PyPI Version License

Key Features

LLM Fine-Tuning

  • Developed on top of Hugging Face's Transformers library.
  • Supports Text-only models of Gemma-3 LLM family for instruction-tuning or domain adaptation.
  • Full-parameter fine-tuning or LoRA (Parameter-Efficient Fine-Tuning).
  • Future support planned for image-text-to-text Gemma-3 models, LLaMA, Qwen, Phi, Mixtral.

Flexible Dataset Handling

Upload or import datasets in multiple file formats:

  • .json
  • .jsonl
  • .csv
  • .zip (containing .txt)

Or select datasets directly from the Hugging Face Hub.
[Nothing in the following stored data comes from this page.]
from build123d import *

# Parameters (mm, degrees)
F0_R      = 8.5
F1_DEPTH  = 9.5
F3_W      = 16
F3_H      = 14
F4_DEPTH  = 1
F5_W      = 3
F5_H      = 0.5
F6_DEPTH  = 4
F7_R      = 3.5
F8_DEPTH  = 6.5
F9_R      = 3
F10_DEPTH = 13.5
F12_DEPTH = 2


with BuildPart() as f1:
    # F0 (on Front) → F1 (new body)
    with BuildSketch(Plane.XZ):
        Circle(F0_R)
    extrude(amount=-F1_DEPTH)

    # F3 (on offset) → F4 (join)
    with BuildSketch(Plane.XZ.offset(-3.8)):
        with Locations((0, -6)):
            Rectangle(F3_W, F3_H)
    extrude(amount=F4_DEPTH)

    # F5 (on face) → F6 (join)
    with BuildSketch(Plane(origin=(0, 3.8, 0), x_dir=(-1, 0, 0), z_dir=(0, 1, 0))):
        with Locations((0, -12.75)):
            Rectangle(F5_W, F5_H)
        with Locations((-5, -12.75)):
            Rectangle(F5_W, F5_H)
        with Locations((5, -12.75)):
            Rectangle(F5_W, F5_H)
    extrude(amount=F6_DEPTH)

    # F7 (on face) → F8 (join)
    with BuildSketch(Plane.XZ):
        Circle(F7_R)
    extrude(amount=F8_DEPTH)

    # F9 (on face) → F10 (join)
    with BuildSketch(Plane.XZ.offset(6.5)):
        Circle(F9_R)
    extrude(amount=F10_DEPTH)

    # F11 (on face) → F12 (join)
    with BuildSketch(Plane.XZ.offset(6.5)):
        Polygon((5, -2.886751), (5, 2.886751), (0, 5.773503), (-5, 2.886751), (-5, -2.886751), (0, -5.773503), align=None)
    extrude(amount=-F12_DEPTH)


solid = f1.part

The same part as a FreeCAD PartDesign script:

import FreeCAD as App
import Part
import Sketcher

V = App.Vector
Q = App.Units.Quantity

doc = App.newDocument("Part")
body = doc.addObject("PartDesign::Body", "Body")

sketch1 = body.newObject("Sketcher::SketchObject", "Sketch")
sketch1.AttachmentSupport = (doc.getObject("XZ_Plane"), [""])
sketch1.MapMode = "FlatFace"
sketch1.addGeometry(Part.Circle(V(0, 0, 0), V(0, 0, 1), 8.5), False)
sketch1.addConstraint(Sketcher.Constraint("Coincident", 0, 3, -1, 1))
sketch1.addConstraint(Sketcher.Constraint("Diameter", 0, 17.0))
pad1 = body.newObject("PartDesign::Pad", "Pad")
pad1.Profile = sketch1
pad1.Length = 9.5
pad1.Reversed = True

sketch2 = body.newObject("Sketcher::SketchObject", "Sketch001")
sketch2.AttachmentSupport = (doc.getObject("XZ_Plane"), [""])
sketch2.MapMode = "FlatFace"
sketch2.AttachmentOffset = App.Placement(V(0, 0, -3.8), App.Rotation())
sketch2.addGeometry(Part.LineSegment(V(-8, 1, 0), V(-8, -13, 0)), False)
sketch2.addGeometry(Part.LineSegment(V(-8, -13, 0), V(8, -13, 0)), False)
sketch2.addGeometry(Part.LineSegment(V(8, -13, 0), V(8, 1, 0)), False)
sketch2.addGeometry(Part.LineSegment(V(8, 1, 0), V(-8, 1, 0)), False)
sketch2.addConstraint(Sketcher.Constraint("Coincident", 0, 2, 1, 1))
sketch2.addConstraint(Sketcher.Constraint("Coincident", 1, 2, 2, 1))
sketch2.addConstraint(Sketcher.Constraint("Coincident", 2, 2, 3, 1))
sketch2.addConstraint(Sketcher.Constraint("Coincident", 3, 2, 0, 1))
sketch2.addConstraint(Sketcher.Constraint("Vertical", 0))
sketch2.addConstraint(Sketcher.Constraint("Horizontal", 1))
sketch2.addConstraint(Sketcher.Constraint("Vertical", 2))
sketch2.addConstraint(Sketcher.Constraint("Horizontal", 3))
sketch2.addConstraint(Sketcher.Constraint("DistanceX", 1, 1, 1, 2, 16.0))
sketch2.addConstraint(Sketcher.Constraint("DistanceY", 0, 2, 0, 1, 14.0))
sketch2.addConstraint(Sketcher.Constraint("DistanceX", 0, 2, -1, 1, 8.0))
sketch2.addConstraint(Sketcher.Constraint("DistanceY", 0, 2, -1, 1, 13.0))
pad2 = body.newObject("PartDesign::Pad", "Pad001")
pad2.Profile = sketch2
pad2.Length = 1

sketch3 = body.newObject("Sketcher::SketchObject", "Sketch002")
sketch3.AttachmentSupport = (doc.getObject("XZ_Plane"), [""])
sketch3.MapMode = "FlatFace"
sketch3.AttachmentOffset = App.Placement(V(0, 0, -3.8), App.Rotation())
sketch3.addGeometry(Part.LineSegment(V(1.5, -12.5, 0), V(1.5, -13, 0)), False)
sketch3.addGeometry(Part.LineSegment(V(1.5, -13, 0), V(-1.5, -13, 0)), False)
sketch3.addGeometry(Part.LineSegment(V(-1.5, -13, 0), V(-1.5, -12.5, 0)), False)
sketch3.addGeometry(Part.LineSegment(V(-1.5, -12.5, 0), V(1.5, -12.5, 0)), False)
sketch3.addGeometry(Part.LineSegment(V(6.5, -12.5, 0), V(6.5, -13, 0)), False)
sketch3.addGeometry(Part.LineSegment(V(6.5, -13, 0), V(3.5, -13, 0)), False)
sketch3.addGeometry(Part.LineSegment(V(3.5, -13, 0), V(3.5, -12.5, 0)), False)
sketch3.addGeometry(Part.LineSegment(V(3.5, -12.5, 0), V(6.5, -12.5, 0)), False)
sketch3.addGeometry(Part.LineSegment(V(-3.5, -12.5, 0), V(-3.5, -13, 0)), False)
sketch3.addGeometry(Part.LineSegment(V(-3.5, -13, 0), V(-6.5, -13, 0)), False)
sketch3.addGeometry(Part.LineSegment(V(-6.5, -13, 0), V(-6.5, -12.5, 0)), False)
sketch3.addGeometry(Part.LineSegment(V(-6.5, -12.5, 0), V(-3.5, -12.5, 0)), False)
sketch3.addConstraint(Sketcher.Constraint("Coincident", 0, 2, 1, 1))
sketch3.addConstraint(Sketcher.Constraint("Coincident", 1, 2, 2, 1))
sketch3.addConstraint(Sketcher.Constraint("Coincident", 2, 2, 3, 1))
sketch3.addConstraint(Sketcher.Constraint("Coincident", 3, 2, 0, 1))
sketch3.addConstraint(Sketcher.Constraint("Coincident", 4, 2, 5, 1))
sketch3.addConstraint(Sketcher.Constraint("Coincident", 5, 2, 6, 1))
sketch3.addConstraint(Sketcher.Constraint("Coincident", 6, 2, 7, 1))
sketch3.addConstraint(Sketcher.Constraint("Coincident", 7, 2, 4, 1))
sketch3.addConstraint(Sketcher.Constraint("Coincident", 8, 2, 9, 1))
sketch3.addConstraint(Sketcher.Constraint("Coincident", 9, 2, 10, 1))
sketch3.addConstraint(Sketcher.Constraint("Coincident", 10, 2, 11, 1))
sketch3.addConstraint(Sketcher.Constraint("Coincident", 11, 2, 8, 1))
sketch3.addConstraint(Sketcher.Constraint("Vertical", 0))
sketch3.addConstraint(Sketcher.Constraint("Horizontal", 1))
sketch3.addConstraint(Sketcher.Constraint("Vertical", 2))
sketch3.addConstraint(Sketcher.Constraint("Horizontal", 3))
sketch3.addConstraint(Sketcher.Constraint("Vertical", 4))
sketch3.addConstraint(Sketcher.Constraint("Horizontal", 5))
sketch3.addConstraint(Sketcher.Constraint("Vertical", 6))
sketch3.addConstraint(Sketcher.Constraint("Horizontal", 7))
sketch3.addConstraint(Sketcher.Constraint("Vertical", 8))
sketch3.addConstraint(Sketcher.Constraint("Horizontal", 9))
sketch3.addConstraint(Sketcher.Constraint("Vertical", 10))
sketch3.addConstraint(Sketcher.Constraint("Horizontal", 11))
sketch3.addConstraint(Sketcher.Constraint("Symmetric", 5, 2, 8, 2, -2))
sketch3.addConstraint(Sketcher.Constraint("Symmetric", 7, 2, 10, 2, -2))
sketch3.addConstraint(Sketcher.Constraint("Horizontal", 1, 2, 4, 2))
sketch3.addConstraint(Sketcher.Constraint("Horizontal", 3, 2, 6, 2))
sketch3.addConstraint(Sketcher.Constraint("Equal", 3, 5))
sketch3.addConstraint(Sketcher.Constraint("DistanceX", 1, 2, 1, 1, 3.0))
sketch3.addConstraint(Sketcher.Constraint("DistanceY", 0, 2, 0, 1, 0.5))
sketch3.addConstraint(Sketcher.Constraint("DistanceY", 0, 2, -1, 1, 13.0))
sketch3.addConstraint(Sketcher.Constraint("DistanceX", 0, 2, 4, 2, 5.0))
sketch3.addConstraint(Sketcher.Constraint("DistanceX", 8, 2, 1, 2, 2.0))
pad3 = body.newObject("PartDesign::Pad", "Pad002")
pad3.Profile = sketch3
pad3.Length = 4
pad3.Reversed = True

sketch4 = body.newObject("Sketcher::SketchObject", "Sketch003")
sketch4.AttachmentSupport = (doc.getObject("XZ_Plane"), [""])
sketch4.MapMode = "FlatFace"
sketch4.addGeometry(Part.Circle(V(0, 0, 0), V(0, 0, 1), 3.5), False)
sketch4.addConstraint(Sketcher.Constraint("Coincident", 0, 3, -1, 1))
sketch4.addConstraint(Sketcher.Constraint("Diameter", 0, 7.0))
pad4 = body.newObject("PartDesign::Pad", "Pad003")
pad4.Profile = sketch4
pad4.Length = 6.5

sketch5 = body.newObject("Sketcher::SketchObject", "Sketch004")
sketch5.AttachmentSupport = (doc.getObject("XZ_Plane"), [""])
sketch5.MapMode = "FlatFace"
sketch5.AttachmentOffset = App.Placement(V(0, 0, 6.5), App.Rotation())
sketch5.addGeometry(Part.Circle(V(0, 0, 0), V(0, 0, 1), 3), False)
sketch5.addConstraint(Sketcher.Constraint("Coincident", 0, 3, -1, 1))
sketch5.addConstraint(Sketcher.Constraint("Diameter", 0, 6.0))
pad5 = body.newObject("PartDesign::Pad", "Pad004")
pad5.Profile = sketch5
pad5.Length = 13.5

sketch6 = body.newObject("Sketcher::SketchObject", "Sketch005")
sketch6.AttachmentSupport = (doc.getObject("XZ_Plane"), [""])
sketch6.MapMode = "FlatFace"
sketch6.AttachmentOffset = App.Placement(V(0, 0, 6.5), App.Rotation())
sketch6.addGeometry(Part.LineSegment(V(5, -2.886751, 0), V(5, 2.886751, 0)), False)
sketch6.addGeometry(Part.LineSegment(V(5, 2.886751, 0), V(0, 5.773503, 0)), False)
sketch6.addGeometry(Part.LineSegment(V(0, 5.773503, 0), V(-5, 2.886751, 0)), False)
sketch6.addGeometry(Part.LineSegment(V(-5, 2.886751, 0), V(-5, -2.886751, 0)), False)
sketch6.addGeometry(Part.LineSegment(V(-5, -2.886751, 0), V(0, -5.773503, 0)), False)
sketch6.addGeometry(Part.LineSegment(V(0, -5.773503, 0), V(5, -2.886751, 0)), False)
sketch6.addConstraint(Sketcher.Constraint("Coincident", 0, 2, 1, 1))
sketch6.addConstraint(Sketcher.Constraint("Coincident", 1, 2, 2, 1))
sketch6.addConstraint(Sketcher.Constraint("Coincident", 2, 2, 3, 1))
sketch6.addConstraint(Sketcher.Constraint("Coincident", 3, 2, 4, 1))
sketch6.addConstraint(Sketcher.Constraint("Coincident", 4, 2, 5, 1))
sketch6.addConstraint(Sketcher.Constraint("Coincident", 5, 2, 0, 1))
sketch6.addConstraint(Sketcher.Constraint("Vertical", 0))
sketch6.addConstraint(Sketcher.Constraint("Vertical", 3))
sketch6.addConstraint(Sketcher.Constraint("Symmetric", 0, 2, 3, 2, -1, 1))
sketch6.addConstraint(Sketcher.Constraint("Symmetric", 1, 2, 4, 2, -1, 1))
sketch6.addConstraint(Sketcher.Constraint("PointOnObject", 1, 2, -2))
sketch6.addConstraint(Sketcher.Constraint("Parallel", 2, 5))
sketch6.addConstraint(Sketcher.Constraint("Horizontal", 0, 2, 2, 2))
sketch6.addConstraint(Sketcher.Constraint("Angle", 1, Q("149.999994 deg")))
sketch6.addConstraint(Sketcher.Constraint("DistanceX", -1, 1, 0, 2, 5.0))
sketch6.addConstraint(Sketcher.Constraint("DistanceY", 0, 1, 0, 2, 5.773502))
pad6 = body.newObject("PartDesign::Pad", "Pad005")
pad6.Profile = sketch6
pad6.Length = 2
pad6.Reversed = True

doc.recompute()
Auto-Detection of Dataset Schema

Upasak intelligently identifies and structures your dataset into training-ready format. Supported schemas:

Schema Format Notes
DAPT [{"text":"..."}] or text column Document Adaptation / continued pretraining
ALPACA [{"instruction":"...", "output":"..."}] (+ optional "input") or instruction, output, input (optional) columns Converted to user → assistant turns
CHATML [{"messages":[{"role":"...", "content":"..."}]}] or messages column Supports role/content pairs
SHARE_GPT [{"conversations":[{"from":"...", "value":"..."}]}] or conversations column Converts human ↔ model to user ↔ assistant
PROMPT_RESPONSE [{"prompt":"...", "response":"..."}] or prompt, response columns Simple instruction → answer
QA [{"question":"", "answer":""}] or question, answer columns Q&A format
QLA [{"question":"...", "long_answer":"..."}] or question, long_answer columns Long-form generation

Built-In PII & Sensitive Information Sanitization

Upasak ensures privacy compliance by:

  • Automatically detecting and redacting/masking PII
  • Using placeholder tokens to preserve dataset utility
  • Offering AI-assisted detection with manual review loops, which uses GLiNER (Named Entity Recognition) model.
  • Logging sanitization results for auditability

Upasak automatically detects and redacts:

  • Personal names
  • Emails / phone numbers
  • IP addresses, IMEI
  • Credit card / bank details
  • National IDs (Aadhaar, PAN, Voter ID)
  • API keys
  • GitHub/GitLab tokens
  • Database credentials
  • Residential & workplace addresses

Two sanitization modes:

  1. Rule-Based (default)

  2. Hybrid (Rule-Based + NER-based)

    • Optional human review
    • Configure HITL ratio & max samples for human review
    • Accept/reject uncertain detections directly in the UI
    • Preview sanitized sample before training

Streamlit UI – No-Code Training Workflow

The visual interface provides fully interactive control:

1. Model Selection

Choose supported base models (currently Gemma-3 text-only). Future updates will include LLaMA, Mixtral, Phi, Qwen and multimodal variants.

2. HF Token Handling

  • Read token for pulling models
  • Write token for pushing fine-tuned models back to HF Hub

3. Dataset Input

  • Upload dataset files
  • Or load from Hugging Face dataset list

4. PII Sanitization Panel

  • Enable/disable sanitization
  • Select detection method (rule-based / hybrid)
  • Enable Human Review & configure ratios
  • View uncertain detections and choose actions
  • Preview sanitized sample before training

5. Hyperparameter Controls

Basic Hyperparameters

  • Learning rate
  • Batch size
  • Epochs
  • Max sequence length
  • Logging steps
  • LR scheduler

Advanced Hyperparameters

  • Gradient accumulation
  • Gradient clipping
  • LR warmup ratio
  • Weight decay
  • Checkpoint save strategy
  • Evaluation strategy + steps
  • Validation split
  • Model tracker platform (Comet / WandB / none)
  • Tracker API keys

6. LoRA Configuration

  • LoRA rank
  • LoRA alpha
  • LoRA dropout
  • Target modules
  • Optional merging of LoRA adapters

7. Training Control

  • Start / Stop training

  • Live training metrics inside the app:

    • Training loss
    • Validation loss
    • Token-level curves
  • Optional external tracking (Comet / WandB)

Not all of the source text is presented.